但是這些中,好像能夠辦到的,大概就是飽滿的皮膚最容易了吧?另外還有健康的身體,那些大貴人家,時時請平安脈,常常養顏湯藥進補著,其實就是為了滋養,就是為了健康的身體。
而至於那活潑的朝氣,好奇和天真就很不容易了,一旦不小心流露出故意,天真就成了矯揉做作,賞心悅目也就成了辣眼睛。
所以這一切,靠的是什麽呢?
亭雲想著想著,眼神無意中來到了**星身上,他此時此刻並沒有注意亭雲,而是在托腮看著旁邊的燭火發呆,他看起來並沒有心事,而只是單純的發呆。這樣對著燭火出神又讓人覺得並非心事重重其實很不容易,亭雲心想,若是大國師此刻對著燭火,他會覺得大國師在冥想,或者在參透佛法,反正大國師不能發呆。若是換個隨便一個中年或者老人,他也會覺得他是若有所思滿腹心事, 但是若是個孩童,那麽他會覺得,孩童就是在單純的發呆,因為只有孩童,才會覺得燃燒的燭火都透著有趣,會津津有味的看很久。
亭雲忽然想到:這大概或許,就是年輕的代表——他們擁有都會發現新奇的,有趣的東西,在隨處可見的那些尋常事物中。
**星會給人這種天真的感覺,是因為**星真的年輕,他想了想顧悅行,又想了想絡央,他都能夠想得到這幾個人對著燭火單純發呆的畫面。但是這個畫面一旦換成了孟百川和公孫魚,他就覺得違和了,因為孟百川給他印象中,一直都是心事重重的,而公孫魚,生的面貌雖然年輕,卻給他滿腹心事的印象,簡單來說,就是他覺得公孫魚一肚子壞水。
......
所以當年,四十歲的公孫魚,其實已經沒辦法讓自己維持二十歲的模樣了,因為他的眼睛已經不再年輕了,可是他固執的想要讓自己保持年輕,所以他走了極端,搶走了別人的年輕去。
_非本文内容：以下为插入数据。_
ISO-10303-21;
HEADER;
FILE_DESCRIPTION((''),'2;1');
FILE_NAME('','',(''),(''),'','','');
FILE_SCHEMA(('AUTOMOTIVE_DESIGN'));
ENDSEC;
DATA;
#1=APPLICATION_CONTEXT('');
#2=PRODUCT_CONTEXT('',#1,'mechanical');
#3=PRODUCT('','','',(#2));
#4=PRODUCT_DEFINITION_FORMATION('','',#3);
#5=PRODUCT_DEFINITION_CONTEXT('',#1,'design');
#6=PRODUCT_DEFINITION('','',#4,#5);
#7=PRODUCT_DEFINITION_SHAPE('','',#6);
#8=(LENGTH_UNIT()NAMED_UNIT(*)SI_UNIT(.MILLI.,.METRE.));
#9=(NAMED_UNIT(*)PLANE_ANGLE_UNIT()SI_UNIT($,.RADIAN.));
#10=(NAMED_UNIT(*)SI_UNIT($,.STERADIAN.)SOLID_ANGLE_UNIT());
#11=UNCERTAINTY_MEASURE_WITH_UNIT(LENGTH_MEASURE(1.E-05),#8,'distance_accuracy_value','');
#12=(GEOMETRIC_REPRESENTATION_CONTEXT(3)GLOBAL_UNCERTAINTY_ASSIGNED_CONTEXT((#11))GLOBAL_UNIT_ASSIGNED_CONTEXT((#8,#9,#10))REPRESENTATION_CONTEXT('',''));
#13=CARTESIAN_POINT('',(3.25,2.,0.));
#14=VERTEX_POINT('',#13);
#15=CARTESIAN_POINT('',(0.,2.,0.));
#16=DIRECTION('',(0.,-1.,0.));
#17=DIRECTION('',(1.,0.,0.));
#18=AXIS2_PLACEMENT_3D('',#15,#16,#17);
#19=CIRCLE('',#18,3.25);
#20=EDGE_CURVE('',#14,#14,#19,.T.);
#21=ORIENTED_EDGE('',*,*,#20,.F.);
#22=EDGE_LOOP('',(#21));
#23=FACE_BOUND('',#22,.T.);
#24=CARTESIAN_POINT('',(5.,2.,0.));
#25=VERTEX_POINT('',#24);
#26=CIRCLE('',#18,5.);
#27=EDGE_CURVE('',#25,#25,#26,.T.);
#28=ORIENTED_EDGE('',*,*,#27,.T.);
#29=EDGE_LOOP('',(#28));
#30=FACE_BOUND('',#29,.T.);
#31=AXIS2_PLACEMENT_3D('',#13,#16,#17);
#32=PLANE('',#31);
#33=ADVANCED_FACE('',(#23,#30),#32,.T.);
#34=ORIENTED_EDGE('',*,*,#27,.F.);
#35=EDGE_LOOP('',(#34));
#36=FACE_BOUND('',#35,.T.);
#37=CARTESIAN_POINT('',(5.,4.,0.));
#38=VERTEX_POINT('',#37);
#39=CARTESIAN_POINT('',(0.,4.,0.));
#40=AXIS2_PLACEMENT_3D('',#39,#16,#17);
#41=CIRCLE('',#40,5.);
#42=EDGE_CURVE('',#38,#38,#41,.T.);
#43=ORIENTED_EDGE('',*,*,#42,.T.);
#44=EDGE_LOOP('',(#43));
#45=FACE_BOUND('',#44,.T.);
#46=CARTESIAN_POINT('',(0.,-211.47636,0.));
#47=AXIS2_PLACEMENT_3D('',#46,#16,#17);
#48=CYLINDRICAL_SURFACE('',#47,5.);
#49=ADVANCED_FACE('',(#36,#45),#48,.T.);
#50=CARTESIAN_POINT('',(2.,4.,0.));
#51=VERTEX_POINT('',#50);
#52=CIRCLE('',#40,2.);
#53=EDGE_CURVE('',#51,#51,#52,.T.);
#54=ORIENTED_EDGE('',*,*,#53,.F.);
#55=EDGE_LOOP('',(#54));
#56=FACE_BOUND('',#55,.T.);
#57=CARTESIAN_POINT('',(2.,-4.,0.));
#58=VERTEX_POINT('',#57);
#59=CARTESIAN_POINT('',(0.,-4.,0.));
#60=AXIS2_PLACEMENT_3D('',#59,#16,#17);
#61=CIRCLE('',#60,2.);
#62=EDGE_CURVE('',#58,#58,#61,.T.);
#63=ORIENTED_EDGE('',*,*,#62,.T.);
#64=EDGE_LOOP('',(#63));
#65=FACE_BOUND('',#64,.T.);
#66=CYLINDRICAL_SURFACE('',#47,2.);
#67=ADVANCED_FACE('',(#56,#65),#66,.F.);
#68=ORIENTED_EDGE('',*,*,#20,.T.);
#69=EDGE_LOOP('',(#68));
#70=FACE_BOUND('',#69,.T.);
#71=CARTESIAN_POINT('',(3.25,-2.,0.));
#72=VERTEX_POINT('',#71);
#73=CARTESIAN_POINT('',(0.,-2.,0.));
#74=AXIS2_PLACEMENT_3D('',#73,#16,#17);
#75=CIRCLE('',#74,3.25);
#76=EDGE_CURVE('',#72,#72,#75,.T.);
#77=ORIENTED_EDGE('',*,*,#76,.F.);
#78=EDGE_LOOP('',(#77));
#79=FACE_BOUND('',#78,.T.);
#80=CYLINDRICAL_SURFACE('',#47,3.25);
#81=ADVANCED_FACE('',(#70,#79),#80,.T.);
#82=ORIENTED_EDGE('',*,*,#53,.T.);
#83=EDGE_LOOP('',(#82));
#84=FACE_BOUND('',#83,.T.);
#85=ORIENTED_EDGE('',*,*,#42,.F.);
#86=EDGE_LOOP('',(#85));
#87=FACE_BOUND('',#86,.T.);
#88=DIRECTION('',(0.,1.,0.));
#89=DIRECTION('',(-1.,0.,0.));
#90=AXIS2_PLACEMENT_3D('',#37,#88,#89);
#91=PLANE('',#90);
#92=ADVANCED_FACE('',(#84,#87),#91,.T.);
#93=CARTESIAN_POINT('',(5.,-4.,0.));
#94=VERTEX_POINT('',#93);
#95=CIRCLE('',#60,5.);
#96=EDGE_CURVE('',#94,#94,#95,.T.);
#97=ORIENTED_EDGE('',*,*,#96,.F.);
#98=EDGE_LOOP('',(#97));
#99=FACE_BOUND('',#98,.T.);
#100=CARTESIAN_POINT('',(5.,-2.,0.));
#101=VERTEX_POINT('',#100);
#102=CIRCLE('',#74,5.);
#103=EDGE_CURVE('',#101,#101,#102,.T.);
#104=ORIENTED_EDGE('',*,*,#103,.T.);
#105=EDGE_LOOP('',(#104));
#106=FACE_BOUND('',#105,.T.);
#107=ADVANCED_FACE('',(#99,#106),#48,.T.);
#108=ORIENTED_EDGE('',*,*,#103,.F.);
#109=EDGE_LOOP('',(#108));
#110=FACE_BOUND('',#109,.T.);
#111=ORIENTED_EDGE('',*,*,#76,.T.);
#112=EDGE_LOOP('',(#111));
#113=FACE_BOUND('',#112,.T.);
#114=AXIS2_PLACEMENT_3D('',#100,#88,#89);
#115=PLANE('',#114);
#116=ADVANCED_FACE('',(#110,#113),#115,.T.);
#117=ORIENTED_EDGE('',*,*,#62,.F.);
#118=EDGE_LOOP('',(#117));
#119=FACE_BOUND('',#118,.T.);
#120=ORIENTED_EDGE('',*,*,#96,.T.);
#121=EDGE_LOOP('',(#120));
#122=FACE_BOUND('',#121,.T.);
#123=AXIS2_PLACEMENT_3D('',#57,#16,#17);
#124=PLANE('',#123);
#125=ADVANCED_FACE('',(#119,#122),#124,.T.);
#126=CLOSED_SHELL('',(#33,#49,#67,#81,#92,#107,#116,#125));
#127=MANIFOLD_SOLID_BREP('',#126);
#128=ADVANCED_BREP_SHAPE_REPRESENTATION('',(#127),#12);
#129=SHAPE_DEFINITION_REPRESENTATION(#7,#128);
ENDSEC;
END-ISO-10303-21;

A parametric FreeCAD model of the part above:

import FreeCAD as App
import Part
import Sketcher
from FreeCAD import Vector

doc = App.newDocument("Part")
params = doc.addObject("Spreadsheet::Sheet", "Params")
for row, (alias, value) in enumerate([
    ("sketch1_width", "3 mm"),
    ("sketch1_height", "8 mm"),
    ("sketch1_height2", "2 mm"),
    ("sketch1_width2", "1.75 mm"),
    ("revolution_angle", "360 deg"),
], start=1):
    params.set(f"A{row}", alias)
    params.set(f"B{row}", "=" + value)
    params.setAlias(f"B{row}", alias)

body = doc.addObject("PartDesign::Body", "Body")

sketch1 = body.newObject("Sketcher::SketchObject", "Sketch")
sketch1.AttachmentSupport = (doc.getObject("XY_Plane"), [""])
sketch1.MapMode = "FlatFace"
sketch1.addGeometry([
    Part.LineSegment(Vector(2, 4, 0), Vector(2, -4, 0)),
    Part.LineSegment(Vector(2, -4, 0), Vector(5, -4, 0)),
    Part.LineSegment(Vector(5, -4, 0), Vector(5, -2, 0)),
    Part.LineSegment(Vector(5, -2, 0), Vector(3.2, -2, 0)),
    Part.LineSegment(Vector(3.2, -2, 0), Vector(3.2, 2, 0)),
    Part.LineSegment(Vector(3.2, 2, 0), Vector(5, 2, 0)),
    Part.LineSegment(Vector(5, 2, 0), Vector(5, 4, 0)),
    Part.LineSegment(Vector(5, 4, 0), Vector(2, 4, 0)),
], False)
sketch1.addConstraint([
    Sketcher.Constraint("Coincident", 0, 2, 1, 1),
    Sketcher.Constraint("Coincident", 1, 2, 2, 1),
    Sketcher.Constraint("Coincident", 2, 2, 3, 1),
    Sketcher.Constraint("Coincident", 3, 2, 4, 1),
    Sketcher.Constraint("Coincident", 4, 2, 5, 1),
    Sketcher.Constraint("Coincident", 5, 2, 6, 1),
    Sketcher.Constraint("Coincident", 6, 2, 7, 1),
    Sketcher.Constraint("Coincident", 7, 2, 0, 1),
    Sketcher.Constraint("Vertical", 0),
    Sketcher.Constraint("Horizontal", 1),
    Sketcher.Constraint("Vertical", 2),
    Sketcher.Constraint("Horizontal", 3),
    Sketcher.Constraint("Vertical", 4),
    Sketcher.Constraint("Horizontal", 5),
    Sketcher.Constraint("Vertical", 6),
    Sketcher.Constraint("Horizontal", 7),
    Sketcher.Constraint("Symmetric", 2, 2, 5, 2, -1),
    Sketcher.Constraint("Equal", 2, 6),
    Sketcher.Constraint("DistanceX", 1, 1, 1, 2, 3.0),
    Sketcher.Constraint("DistanceY", 0, 2, 0, 1, 8.0),
    Sketcher.Constraint("DistanceY", 2, 1, 2, 2, 2.0),
    Sketcher.Constraint("DistanceX", -1, 1, 0, 2, 2.0),
    Sketcher.Constraint("DistanceX", 3, 2, 3, 1, 1.75),
])
sketch1.setExpression("Constraints[18]", "Params.sketch1_width")
sketch1.setExpression("Constraints[19]", "Params.sketch1_height")
sketch1.setExpression("Constraints[20]", "Params.sketch1_height2")
sketch1.setExpression("Constraints[22]", "Params.sketch1_width2")
revolution = body.newObject("PartDesign::Revolution", "Revolution")
revolution.Profile = sketch1
revolution.ReferenceAxis = (sketch1, ["V_Axis"])
revolution.setExpression("Angle", "Params.revolution_angle")

doc.recompute()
亭雲又想到一件事情,說:“殿下,您說,是不是不是自己的東西,用起來就特別的不珍惜?”
亭雲這話說的沒頭沒尾的,但是**星卻聽懂了,還道:“可不,不光如此,不是自己的東西搶過來用,那東西,損耗就會特別大。別人能用二十年,他或許五年都維持不了。不過,我想著說,反正是搶來的,這個用費了,還能再搶新的,他大概巴不得早點用費了吧?”